**Task requirements:**
Across the entries below, how many lines have the string "ThreePointArc" in them? Reply with only the number.

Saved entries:
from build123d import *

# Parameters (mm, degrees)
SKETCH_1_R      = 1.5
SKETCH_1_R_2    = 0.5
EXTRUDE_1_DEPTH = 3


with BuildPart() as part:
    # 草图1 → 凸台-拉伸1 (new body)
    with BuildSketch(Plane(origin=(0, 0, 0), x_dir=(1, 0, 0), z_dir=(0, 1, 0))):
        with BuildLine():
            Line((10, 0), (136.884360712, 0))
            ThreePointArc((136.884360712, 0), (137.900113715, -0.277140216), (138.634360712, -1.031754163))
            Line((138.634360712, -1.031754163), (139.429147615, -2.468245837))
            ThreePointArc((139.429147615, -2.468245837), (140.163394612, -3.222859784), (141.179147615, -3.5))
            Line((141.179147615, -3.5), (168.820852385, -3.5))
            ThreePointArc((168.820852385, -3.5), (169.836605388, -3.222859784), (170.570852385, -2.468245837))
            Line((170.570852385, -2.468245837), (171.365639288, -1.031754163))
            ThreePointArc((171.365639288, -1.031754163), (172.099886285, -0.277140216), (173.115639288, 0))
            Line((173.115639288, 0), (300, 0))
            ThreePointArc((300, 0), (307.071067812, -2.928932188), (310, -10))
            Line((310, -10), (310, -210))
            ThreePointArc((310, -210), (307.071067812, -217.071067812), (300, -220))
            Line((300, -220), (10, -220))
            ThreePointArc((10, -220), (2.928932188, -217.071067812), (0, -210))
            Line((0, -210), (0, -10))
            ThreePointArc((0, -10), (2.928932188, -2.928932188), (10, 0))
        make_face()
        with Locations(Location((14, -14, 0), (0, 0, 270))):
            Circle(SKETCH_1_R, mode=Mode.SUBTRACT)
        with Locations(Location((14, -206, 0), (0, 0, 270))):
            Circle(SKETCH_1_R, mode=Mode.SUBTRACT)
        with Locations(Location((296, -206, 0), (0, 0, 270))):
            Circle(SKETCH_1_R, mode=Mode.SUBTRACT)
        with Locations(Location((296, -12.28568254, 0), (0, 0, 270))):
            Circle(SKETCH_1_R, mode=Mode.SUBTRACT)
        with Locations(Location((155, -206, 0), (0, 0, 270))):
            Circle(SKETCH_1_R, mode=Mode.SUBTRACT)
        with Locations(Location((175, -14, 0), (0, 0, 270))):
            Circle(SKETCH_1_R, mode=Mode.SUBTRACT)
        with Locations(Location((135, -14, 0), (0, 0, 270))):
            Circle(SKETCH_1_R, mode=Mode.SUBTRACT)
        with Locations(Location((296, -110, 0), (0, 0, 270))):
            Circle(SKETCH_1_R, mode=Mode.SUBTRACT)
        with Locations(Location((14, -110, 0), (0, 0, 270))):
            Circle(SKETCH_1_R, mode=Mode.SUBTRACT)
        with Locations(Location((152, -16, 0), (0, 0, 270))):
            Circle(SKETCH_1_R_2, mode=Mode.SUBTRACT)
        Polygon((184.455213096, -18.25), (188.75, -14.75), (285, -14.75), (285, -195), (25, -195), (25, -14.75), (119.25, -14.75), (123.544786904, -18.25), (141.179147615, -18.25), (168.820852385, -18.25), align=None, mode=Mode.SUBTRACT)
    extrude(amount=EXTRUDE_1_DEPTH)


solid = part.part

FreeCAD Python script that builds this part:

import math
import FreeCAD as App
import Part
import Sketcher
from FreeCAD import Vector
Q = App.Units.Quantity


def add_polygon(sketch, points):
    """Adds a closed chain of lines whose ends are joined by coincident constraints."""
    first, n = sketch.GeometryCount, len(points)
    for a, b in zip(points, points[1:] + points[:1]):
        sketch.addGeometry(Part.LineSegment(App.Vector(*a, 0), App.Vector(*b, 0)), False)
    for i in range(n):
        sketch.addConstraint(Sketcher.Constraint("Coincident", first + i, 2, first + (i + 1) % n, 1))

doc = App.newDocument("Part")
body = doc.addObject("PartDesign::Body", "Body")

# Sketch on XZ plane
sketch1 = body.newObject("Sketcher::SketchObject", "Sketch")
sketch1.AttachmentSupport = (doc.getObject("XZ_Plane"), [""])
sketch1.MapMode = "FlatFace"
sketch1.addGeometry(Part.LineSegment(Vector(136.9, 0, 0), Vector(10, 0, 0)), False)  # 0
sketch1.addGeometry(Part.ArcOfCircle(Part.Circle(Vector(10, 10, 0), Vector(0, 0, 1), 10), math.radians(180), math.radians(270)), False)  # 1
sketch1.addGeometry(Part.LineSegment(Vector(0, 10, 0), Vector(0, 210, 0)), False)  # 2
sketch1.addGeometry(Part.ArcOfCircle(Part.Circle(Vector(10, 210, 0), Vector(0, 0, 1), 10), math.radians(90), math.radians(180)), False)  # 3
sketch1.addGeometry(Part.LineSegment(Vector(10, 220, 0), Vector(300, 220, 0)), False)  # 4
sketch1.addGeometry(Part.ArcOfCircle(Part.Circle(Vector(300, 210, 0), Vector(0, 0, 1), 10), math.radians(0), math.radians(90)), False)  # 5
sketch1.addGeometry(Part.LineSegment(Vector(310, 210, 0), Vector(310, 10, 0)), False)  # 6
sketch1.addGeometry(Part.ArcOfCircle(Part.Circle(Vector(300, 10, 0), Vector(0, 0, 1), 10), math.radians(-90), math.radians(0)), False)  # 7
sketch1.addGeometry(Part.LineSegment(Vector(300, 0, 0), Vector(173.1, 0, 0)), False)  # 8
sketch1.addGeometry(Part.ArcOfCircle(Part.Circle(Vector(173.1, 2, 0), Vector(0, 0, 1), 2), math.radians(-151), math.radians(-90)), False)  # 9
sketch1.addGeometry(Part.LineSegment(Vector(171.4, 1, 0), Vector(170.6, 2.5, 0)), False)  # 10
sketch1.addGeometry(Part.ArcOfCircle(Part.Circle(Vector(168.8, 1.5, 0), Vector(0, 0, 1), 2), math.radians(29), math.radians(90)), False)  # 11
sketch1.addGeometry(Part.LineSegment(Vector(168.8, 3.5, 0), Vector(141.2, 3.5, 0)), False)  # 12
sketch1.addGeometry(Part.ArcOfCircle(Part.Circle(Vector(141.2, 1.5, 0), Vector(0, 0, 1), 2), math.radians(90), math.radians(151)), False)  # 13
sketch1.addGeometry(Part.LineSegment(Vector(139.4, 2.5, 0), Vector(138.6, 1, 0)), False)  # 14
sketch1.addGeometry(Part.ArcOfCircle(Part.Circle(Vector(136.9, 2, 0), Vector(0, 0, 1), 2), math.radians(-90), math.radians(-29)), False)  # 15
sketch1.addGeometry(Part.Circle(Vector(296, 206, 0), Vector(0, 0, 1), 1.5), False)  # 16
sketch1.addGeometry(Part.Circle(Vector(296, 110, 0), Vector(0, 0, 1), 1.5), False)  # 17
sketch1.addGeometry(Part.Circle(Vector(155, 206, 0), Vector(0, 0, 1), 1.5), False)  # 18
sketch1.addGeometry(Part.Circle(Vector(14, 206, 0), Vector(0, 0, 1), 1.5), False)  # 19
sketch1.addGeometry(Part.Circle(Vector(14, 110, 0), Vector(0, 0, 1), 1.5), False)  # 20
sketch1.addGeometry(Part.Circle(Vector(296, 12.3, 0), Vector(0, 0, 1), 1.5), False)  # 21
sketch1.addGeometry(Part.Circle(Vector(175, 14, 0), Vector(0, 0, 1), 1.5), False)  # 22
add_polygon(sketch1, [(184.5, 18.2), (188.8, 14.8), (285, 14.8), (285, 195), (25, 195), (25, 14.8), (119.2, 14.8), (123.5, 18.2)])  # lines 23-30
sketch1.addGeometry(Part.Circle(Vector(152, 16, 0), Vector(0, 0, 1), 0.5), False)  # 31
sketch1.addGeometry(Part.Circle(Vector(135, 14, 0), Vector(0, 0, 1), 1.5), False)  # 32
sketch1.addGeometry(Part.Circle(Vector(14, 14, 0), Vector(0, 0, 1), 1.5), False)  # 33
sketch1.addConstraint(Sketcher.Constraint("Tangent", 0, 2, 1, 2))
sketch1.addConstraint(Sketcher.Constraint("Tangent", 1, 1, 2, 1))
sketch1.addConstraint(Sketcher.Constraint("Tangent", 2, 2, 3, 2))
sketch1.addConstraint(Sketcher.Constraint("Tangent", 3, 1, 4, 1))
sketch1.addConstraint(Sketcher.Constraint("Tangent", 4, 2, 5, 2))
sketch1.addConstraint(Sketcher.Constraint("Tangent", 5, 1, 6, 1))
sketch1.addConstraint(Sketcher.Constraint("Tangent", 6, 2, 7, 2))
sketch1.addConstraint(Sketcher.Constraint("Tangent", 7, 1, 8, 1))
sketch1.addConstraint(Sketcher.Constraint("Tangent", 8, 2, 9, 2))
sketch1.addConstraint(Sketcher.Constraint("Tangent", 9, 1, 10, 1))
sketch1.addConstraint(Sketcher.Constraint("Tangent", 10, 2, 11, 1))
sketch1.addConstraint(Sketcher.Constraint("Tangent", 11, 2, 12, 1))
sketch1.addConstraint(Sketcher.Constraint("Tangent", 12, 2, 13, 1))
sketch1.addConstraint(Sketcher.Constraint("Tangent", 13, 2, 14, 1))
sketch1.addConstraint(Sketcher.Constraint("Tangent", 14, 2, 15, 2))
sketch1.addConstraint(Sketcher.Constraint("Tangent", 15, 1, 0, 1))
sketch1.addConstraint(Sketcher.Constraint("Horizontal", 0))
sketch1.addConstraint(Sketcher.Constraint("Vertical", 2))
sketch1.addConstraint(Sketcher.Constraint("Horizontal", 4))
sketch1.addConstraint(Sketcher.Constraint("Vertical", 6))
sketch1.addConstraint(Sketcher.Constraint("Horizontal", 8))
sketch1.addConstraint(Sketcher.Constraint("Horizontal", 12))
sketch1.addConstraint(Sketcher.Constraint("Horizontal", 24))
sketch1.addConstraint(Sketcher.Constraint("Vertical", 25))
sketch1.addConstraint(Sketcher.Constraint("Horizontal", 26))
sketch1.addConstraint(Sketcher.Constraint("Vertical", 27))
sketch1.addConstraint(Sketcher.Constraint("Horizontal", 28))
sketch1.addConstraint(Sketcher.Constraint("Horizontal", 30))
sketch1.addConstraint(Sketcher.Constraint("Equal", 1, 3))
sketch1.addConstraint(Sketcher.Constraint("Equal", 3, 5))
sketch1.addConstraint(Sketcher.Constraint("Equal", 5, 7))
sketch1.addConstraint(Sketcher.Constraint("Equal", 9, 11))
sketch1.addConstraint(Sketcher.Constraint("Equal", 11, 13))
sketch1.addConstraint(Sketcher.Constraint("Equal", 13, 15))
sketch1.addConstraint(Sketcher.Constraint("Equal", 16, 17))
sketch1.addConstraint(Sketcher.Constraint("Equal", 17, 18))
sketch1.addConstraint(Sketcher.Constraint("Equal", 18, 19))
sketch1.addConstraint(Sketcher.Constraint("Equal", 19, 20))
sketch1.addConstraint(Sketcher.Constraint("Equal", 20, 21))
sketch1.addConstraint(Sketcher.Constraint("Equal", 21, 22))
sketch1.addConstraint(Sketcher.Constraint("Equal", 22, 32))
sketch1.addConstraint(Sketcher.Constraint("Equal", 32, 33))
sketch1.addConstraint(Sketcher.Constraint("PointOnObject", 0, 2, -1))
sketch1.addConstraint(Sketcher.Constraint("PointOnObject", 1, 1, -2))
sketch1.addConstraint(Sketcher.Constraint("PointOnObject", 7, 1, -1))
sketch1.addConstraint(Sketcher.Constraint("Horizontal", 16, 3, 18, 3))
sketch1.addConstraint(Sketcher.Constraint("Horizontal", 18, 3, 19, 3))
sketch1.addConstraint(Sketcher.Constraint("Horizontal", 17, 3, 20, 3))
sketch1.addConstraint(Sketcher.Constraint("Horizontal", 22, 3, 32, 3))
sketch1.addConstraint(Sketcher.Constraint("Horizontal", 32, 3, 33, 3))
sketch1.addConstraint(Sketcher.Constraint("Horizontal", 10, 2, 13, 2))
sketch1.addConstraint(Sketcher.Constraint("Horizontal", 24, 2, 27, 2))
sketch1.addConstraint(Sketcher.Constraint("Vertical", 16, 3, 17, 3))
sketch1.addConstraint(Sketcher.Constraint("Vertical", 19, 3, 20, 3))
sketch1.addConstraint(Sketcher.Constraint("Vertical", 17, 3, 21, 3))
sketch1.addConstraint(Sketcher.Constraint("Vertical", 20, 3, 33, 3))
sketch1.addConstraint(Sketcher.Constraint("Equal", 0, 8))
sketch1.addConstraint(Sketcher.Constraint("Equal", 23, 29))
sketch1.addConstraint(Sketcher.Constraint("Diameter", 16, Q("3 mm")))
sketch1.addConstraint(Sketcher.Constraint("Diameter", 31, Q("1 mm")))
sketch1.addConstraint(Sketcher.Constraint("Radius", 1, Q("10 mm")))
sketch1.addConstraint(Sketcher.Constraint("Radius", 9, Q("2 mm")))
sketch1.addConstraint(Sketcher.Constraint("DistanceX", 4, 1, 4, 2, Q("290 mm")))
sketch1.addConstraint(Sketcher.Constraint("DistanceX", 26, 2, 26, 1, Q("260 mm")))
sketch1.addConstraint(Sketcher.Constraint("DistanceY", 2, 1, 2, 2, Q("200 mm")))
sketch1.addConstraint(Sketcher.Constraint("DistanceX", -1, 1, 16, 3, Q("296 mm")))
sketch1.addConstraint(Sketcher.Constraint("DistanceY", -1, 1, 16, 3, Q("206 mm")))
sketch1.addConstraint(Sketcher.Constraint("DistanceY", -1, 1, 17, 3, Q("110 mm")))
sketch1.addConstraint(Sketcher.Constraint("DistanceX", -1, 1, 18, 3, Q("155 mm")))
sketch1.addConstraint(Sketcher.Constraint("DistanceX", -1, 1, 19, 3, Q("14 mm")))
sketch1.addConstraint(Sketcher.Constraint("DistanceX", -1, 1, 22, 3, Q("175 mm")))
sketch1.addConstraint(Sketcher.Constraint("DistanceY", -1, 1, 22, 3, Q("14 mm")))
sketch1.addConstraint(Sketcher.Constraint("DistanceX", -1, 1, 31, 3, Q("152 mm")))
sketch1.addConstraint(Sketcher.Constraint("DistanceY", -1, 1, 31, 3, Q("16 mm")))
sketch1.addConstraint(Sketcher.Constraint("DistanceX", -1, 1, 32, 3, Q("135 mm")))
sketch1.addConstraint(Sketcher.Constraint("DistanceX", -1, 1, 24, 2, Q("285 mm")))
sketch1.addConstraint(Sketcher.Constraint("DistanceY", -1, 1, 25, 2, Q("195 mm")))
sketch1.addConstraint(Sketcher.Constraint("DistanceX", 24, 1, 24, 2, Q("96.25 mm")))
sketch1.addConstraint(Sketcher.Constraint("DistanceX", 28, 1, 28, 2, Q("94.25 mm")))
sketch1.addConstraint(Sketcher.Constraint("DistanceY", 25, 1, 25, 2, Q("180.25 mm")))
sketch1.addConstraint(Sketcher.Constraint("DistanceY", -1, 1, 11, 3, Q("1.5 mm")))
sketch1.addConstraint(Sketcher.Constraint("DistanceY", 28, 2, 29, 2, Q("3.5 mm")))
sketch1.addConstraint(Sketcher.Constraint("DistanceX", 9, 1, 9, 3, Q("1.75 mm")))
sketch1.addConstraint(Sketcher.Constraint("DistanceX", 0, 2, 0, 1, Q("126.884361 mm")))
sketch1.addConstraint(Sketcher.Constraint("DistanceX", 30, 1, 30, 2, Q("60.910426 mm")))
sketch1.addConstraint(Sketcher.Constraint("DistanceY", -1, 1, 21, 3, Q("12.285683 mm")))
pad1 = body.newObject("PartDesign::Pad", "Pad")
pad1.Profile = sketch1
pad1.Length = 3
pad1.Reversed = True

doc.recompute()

**Expected answer:**
8